On the route I drive (that I have done for 25 years), there is but one alfalfa field. Yep, CRP is about gone and so are the pheasants. As to your observation about alfalfa for pheasants, that is called anecdotal evidence (even though it is partially true). You have no data. Just one of the things I have observed having been born and raised on a farm and still live surrounded by farms. But having been on both sides (both in science as well as a farmer), it is useful. Too many think what they see are facts when they are either anecdotal or true only in their area and therefore either not backed up by data or not true elsewhere geographically. Just like hail may have affected your fields, there is no hail damage on my route.


----------



## Rick Acker (Sep 26, 2002)

I've seen this coming for years and you said it best...Reminds me of the 80's all over again. Unless, switch grass takes the place of corn...it's only going to get worse. And, just wait till' the lack of crp starts really effecting the ducks...and it will...I have a feeling I'll be doing a LOT more fall fishing in the future. Very sad.


----------



## fieldgeneral (Feb 12, 2013)

Very sad! But there is a lot more pasture land out there than one thinks that is unable to be turned over and row cropped. Lots of birds nest up in those types of areas and those spots will never go under the plow. I miss the days 10 years ago when you could drive around the countryside and see those rolling tracts of CRP blowing in the wind left and right. They'll be back, someday....


----------



## shaug (Mar 28, 2011)

H. Thomas wrote,



> You have no data.


I purchased some land that was in CRP. It was put in back in 1998. The first five years it was full of weeds, alfalfa and volunteer sweetclover. Pheasants everywhere. The last five years the grasses took over. No alfalfa, no sweetclover, no pheasants.

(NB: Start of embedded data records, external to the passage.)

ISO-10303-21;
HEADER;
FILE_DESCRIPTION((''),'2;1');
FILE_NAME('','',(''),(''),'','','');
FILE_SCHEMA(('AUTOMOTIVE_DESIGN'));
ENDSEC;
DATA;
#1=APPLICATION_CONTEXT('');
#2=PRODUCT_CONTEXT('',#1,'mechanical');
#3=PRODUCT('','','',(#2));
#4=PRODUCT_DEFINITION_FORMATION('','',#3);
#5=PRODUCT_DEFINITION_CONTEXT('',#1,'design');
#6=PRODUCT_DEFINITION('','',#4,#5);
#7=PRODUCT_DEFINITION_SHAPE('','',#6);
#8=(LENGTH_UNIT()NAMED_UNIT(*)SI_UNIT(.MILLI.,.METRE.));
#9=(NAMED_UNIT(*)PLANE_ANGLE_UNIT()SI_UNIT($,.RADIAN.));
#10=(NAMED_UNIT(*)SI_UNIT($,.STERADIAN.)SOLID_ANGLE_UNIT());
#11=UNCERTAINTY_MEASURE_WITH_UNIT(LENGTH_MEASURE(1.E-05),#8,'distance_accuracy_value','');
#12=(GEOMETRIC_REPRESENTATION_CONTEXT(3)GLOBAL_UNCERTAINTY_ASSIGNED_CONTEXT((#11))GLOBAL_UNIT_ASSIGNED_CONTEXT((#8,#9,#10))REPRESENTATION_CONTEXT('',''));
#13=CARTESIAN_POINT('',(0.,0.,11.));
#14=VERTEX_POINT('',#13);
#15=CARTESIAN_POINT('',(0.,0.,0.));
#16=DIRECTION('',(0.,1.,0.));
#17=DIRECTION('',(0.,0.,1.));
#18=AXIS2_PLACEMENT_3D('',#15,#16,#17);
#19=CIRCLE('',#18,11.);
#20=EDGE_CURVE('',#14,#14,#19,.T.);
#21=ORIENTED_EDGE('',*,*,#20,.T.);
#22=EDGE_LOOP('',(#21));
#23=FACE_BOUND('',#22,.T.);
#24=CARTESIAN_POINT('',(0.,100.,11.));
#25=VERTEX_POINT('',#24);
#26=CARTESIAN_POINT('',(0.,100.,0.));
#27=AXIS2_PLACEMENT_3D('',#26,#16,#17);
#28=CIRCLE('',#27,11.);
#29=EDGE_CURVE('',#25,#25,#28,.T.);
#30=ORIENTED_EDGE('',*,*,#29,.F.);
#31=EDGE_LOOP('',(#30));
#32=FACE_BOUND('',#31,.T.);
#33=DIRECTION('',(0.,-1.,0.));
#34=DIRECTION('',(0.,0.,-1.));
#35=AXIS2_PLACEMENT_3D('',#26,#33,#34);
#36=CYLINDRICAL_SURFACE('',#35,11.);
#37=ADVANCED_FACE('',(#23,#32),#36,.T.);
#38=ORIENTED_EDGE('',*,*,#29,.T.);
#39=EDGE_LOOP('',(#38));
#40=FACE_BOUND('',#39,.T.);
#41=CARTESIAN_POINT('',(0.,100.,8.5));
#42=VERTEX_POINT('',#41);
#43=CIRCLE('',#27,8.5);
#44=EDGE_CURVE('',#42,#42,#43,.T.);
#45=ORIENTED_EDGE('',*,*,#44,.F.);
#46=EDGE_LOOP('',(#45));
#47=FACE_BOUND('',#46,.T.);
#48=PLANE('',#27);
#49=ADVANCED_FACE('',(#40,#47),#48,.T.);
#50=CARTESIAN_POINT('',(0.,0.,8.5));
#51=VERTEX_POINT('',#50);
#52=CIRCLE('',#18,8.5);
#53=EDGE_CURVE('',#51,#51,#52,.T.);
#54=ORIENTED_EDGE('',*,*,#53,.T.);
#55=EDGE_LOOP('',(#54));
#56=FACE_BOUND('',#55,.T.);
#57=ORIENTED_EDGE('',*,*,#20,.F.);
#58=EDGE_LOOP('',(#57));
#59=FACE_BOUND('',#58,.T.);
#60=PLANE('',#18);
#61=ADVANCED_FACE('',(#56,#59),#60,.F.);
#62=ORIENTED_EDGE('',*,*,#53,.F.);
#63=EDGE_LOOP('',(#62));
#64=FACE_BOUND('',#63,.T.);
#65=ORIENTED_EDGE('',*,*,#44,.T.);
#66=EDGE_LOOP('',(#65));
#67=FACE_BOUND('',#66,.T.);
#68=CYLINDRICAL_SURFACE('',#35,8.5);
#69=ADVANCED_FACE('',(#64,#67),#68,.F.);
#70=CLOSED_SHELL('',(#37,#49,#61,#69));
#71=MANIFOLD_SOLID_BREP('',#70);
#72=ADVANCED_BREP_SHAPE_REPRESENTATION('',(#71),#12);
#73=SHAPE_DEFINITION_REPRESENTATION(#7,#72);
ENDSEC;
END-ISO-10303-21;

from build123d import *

# Parameters (mm, degrees)
SKETCH1_R           = 11
SKETCH1_R_2         = 8.5
BOSS_EXTRUDE1_DEPTH = 100


with BuildPart() as part:
    # Sketch1 → Boss-Extrude1 (new body)
    with BuildSketch(Plane(origin=(0, 0, 0), x_dir=(1, 0, 0), z_dir=(0, 1, 0))):
        with Locations(Location((0, 0, 0), (0, 0, 270))):
            Circle(SKETCH1_R)
        with Locations(Location((0, 0, 0), (0, 0, 270))):
            Circle(SKETCH1_R_2, mode=Mode.SUBTRACT)
    extrude(amount=BOSS_EXTRUDE1_DEPTH)


solid = part.part
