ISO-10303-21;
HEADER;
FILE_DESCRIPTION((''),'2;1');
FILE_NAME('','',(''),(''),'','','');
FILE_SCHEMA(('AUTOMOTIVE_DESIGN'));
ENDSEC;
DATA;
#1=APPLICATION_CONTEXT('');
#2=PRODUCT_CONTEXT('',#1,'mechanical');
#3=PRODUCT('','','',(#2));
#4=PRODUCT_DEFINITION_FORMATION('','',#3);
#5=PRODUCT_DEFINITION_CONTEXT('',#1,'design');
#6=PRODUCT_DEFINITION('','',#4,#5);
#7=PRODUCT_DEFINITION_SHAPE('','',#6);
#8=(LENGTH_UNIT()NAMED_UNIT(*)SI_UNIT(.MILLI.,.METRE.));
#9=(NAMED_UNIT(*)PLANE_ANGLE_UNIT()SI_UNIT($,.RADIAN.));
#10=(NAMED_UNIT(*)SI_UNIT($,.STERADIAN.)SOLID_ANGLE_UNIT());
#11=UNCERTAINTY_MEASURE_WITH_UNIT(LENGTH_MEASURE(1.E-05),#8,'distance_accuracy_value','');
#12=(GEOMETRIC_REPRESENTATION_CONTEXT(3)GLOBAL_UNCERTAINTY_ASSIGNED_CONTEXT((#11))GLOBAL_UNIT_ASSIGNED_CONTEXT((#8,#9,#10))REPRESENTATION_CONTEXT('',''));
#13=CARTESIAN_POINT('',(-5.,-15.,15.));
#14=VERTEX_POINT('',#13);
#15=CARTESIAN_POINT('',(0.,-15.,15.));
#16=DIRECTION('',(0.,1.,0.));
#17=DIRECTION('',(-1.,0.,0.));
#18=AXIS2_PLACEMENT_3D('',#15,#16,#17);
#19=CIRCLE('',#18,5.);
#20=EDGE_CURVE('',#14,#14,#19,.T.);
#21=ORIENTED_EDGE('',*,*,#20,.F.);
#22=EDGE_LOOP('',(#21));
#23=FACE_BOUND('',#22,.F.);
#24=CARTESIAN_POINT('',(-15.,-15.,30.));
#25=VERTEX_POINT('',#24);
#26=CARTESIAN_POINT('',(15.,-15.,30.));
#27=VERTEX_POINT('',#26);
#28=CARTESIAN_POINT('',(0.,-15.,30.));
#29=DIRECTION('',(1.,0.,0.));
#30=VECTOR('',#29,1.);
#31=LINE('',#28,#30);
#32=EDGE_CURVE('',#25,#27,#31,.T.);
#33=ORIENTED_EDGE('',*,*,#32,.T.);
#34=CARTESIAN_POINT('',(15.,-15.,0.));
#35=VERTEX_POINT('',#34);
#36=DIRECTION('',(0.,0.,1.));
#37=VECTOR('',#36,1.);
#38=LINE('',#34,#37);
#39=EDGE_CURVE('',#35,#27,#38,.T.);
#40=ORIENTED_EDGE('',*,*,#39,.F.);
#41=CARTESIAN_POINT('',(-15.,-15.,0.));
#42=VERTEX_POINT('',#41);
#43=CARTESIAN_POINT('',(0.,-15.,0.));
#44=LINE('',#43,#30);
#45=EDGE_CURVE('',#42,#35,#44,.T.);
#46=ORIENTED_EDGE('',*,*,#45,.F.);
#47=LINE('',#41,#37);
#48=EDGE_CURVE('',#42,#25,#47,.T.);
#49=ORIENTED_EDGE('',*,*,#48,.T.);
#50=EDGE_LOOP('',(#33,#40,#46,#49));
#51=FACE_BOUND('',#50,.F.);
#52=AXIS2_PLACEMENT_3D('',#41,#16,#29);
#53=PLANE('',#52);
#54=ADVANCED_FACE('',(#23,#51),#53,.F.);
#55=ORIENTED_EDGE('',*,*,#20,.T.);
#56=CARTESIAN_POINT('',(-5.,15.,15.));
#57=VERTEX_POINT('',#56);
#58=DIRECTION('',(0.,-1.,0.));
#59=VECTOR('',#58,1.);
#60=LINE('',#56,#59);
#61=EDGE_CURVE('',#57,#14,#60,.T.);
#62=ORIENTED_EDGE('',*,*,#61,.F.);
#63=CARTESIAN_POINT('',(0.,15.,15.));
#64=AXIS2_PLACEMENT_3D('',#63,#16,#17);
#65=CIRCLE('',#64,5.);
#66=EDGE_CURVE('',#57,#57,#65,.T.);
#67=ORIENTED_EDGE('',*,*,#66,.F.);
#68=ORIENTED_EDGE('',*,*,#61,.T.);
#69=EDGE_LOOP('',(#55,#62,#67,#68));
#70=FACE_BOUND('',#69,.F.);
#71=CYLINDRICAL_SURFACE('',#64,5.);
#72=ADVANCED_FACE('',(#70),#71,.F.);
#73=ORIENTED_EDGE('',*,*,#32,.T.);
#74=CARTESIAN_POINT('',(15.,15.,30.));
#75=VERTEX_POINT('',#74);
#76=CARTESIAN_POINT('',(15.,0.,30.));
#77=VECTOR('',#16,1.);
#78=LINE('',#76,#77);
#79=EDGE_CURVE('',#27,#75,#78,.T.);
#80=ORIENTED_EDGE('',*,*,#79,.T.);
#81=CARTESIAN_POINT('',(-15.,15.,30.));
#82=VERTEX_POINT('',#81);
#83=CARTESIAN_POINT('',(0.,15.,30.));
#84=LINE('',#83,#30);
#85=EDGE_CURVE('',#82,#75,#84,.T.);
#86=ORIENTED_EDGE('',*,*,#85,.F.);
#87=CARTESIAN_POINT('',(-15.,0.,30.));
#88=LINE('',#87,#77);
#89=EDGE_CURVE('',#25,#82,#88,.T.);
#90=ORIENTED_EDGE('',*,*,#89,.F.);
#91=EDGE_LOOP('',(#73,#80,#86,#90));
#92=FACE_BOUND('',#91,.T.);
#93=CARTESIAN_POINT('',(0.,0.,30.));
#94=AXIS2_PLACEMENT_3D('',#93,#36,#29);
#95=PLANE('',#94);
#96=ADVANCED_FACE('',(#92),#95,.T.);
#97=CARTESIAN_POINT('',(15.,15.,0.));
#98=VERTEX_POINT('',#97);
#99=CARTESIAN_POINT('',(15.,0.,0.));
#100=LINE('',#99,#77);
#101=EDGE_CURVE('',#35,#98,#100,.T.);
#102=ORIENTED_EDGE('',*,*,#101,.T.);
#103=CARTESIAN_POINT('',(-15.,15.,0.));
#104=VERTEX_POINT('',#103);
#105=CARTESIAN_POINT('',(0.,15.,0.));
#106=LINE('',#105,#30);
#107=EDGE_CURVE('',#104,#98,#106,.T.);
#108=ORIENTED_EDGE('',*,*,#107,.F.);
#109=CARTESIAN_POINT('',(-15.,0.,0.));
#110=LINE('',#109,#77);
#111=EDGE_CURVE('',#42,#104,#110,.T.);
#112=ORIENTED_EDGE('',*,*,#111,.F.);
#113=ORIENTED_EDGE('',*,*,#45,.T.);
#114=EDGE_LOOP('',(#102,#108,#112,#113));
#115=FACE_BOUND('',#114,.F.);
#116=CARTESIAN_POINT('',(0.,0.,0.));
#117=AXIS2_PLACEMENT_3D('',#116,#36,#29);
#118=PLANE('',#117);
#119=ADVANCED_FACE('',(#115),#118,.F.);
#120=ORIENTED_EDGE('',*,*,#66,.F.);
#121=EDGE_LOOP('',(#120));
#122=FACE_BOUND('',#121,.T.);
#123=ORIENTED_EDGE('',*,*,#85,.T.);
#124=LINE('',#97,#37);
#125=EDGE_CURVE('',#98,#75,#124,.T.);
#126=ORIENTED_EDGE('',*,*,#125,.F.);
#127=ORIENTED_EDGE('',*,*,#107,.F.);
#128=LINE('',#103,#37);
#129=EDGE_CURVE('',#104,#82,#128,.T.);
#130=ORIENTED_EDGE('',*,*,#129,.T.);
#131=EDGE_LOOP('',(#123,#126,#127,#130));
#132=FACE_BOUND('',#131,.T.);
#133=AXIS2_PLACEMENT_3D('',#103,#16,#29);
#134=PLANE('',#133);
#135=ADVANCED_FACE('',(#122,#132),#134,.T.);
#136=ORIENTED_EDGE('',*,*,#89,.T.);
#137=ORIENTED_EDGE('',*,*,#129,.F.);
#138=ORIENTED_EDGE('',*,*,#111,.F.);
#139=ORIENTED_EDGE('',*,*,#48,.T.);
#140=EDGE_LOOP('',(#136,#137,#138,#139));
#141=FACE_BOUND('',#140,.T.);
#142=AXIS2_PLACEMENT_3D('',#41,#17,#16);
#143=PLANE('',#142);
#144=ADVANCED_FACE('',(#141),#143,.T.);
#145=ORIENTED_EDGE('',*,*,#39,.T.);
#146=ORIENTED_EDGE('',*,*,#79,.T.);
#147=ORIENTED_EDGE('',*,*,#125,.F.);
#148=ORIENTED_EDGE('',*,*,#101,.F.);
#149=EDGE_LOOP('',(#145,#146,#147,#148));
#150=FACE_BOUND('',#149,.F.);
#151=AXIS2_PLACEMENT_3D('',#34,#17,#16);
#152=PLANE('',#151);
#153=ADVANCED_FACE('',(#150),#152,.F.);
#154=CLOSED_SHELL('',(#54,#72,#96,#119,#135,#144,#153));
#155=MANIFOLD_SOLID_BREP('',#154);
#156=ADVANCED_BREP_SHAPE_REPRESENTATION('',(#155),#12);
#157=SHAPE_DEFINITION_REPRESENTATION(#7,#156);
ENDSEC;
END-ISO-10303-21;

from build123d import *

# Parameters (mm, degrees)
F0_W     = 30
F0_H     = 30
F1_DEPTH = 30
F2_R     = 5
F3_DEPTH = 30.001


with BuildPart() as f1:
    # F0 (on Top) → F1 (new body)
    with BuildSketch(Plane.XY):
        Rectangle(F0_W, F0_H)
    extrude(amount=F1_DEPTH)

    # F2 (on face) → F3 (cut, through all)
    with BuildSketch(Plane(origin=(0, 15, 0), x_dir=(-1, 0, 0), z_dir=(0, 1, 0))):
        with Locations((0, 15)):
            Circle(F2_R)
    extrude(amount=-F3_DEPTH, mode=Mode.SUBTRACT)


solid = f1.part
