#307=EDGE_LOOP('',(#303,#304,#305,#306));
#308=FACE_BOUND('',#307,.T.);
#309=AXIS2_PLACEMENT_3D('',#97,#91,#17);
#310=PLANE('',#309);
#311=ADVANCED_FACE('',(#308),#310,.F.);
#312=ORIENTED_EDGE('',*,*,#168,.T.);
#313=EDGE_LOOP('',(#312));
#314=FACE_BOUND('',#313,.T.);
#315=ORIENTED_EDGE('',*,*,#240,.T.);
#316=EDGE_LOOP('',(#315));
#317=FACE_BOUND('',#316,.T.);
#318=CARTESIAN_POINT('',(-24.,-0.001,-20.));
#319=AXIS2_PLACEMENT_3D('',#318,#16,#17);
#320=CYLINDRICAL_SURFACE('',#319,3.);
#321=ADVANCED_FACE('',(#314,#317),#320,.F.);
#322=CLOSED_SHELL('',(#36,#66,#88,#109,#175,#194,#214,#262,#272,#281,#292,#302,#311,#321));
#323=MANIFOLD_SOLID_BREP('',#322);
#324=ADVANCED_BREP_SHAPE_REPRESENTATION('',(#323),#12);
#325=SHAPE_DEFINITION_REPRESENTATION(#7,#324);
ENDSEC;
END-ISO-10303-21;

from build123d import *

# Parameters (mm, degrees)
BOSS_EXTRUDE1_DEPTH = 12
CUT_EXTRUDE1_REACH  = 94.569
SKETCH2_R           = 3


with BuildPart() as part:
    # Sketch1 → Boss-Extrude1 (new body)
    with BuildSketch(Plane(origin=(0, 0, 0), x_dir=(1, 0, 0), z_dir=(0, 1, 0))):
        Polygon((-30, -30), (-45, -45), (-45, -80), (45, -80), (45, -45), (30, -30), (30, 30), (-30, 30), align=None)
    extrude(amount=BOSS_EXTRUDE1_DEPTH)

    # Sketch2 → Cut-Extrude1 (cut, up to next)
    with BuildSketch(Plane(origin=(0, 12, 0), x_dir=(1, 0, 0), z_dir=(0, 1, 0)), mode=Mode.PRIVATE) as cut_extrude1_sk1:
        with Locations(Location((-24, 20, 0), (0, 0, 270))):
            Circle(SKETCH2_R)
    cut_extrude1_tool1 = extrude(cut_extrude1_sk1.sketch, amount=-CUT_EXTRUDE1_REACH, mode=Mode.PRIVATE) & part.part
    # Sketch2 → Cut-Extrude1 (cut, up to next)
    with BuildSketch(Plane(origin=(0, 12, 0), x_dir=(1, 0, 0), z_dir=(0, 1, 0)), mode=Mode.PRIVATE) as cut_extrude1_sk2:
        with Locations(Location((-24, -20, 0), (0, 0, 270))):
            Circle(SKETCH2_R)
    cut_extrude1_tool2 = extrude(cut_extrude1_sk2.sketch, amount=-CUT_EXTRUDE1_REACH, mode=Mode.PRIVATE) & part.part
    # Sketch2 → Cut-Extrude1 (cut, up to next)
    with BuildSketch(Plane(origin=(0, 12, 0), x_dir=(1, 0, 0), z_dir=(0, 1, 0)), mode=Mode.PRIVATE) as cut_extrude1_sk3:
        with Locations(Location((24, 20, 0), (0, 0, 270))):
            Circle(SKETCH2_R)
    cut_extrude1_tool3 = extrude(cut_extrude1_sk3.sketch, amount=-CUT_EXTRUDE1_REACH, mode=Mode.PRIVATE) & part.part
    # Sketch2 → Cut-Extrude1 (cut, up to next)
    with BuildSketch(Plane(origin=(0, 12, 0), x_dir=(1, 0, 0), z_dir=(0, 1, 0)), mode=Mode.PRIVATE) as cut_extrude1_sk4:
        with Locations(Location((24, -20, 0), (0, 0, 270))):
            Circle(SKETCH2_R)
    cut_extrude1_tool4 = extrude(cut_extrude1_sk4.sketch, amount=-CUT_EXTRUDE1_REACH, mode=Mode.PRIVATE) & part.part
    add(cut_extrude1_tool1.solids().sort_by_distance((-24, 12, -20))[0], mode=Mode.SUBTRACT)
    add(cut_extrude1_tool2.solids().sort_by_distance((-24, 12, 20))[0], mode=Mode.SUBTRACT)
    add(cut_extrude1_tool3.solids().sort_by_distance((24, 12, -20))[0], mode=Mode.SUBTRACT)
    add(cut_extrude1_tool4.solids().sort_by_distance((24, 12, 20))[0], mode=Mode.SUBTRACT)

The grasses that the government was promoting back in 1998 was intermediant wheat grass and green needle. Native. It made for poor forage. In 2005 we had a freak snowstorm around October 4th. The dogs dug dead pheasants out buried under three feet of snow. The CRP was flattened. The grasses simply went down. I plowed it all under in 2009 when the contract expired.

There are still a good number of pheasants around. This year I planted some of it back to alfalfa. We'll see if the population gets a boost.

All the "data" in the world stored at the Northern Prairie Wildlife Center (USGS) can't make mother nature do its thing on schedule.


----------



## blhunter3 (May 5, 2007)

fieldgeneral said:


> Very sad! But there is a lot more pasture land out there than one thinks that is unable to be turned over and row cropped. Lots of birds nest up in those types of areas and those spots will never go under the plow. I miss the days 10 years ago when you could drive around the countryside and see those rolling tracts of CRP blowing in the wind left and right. They'll be back, someday....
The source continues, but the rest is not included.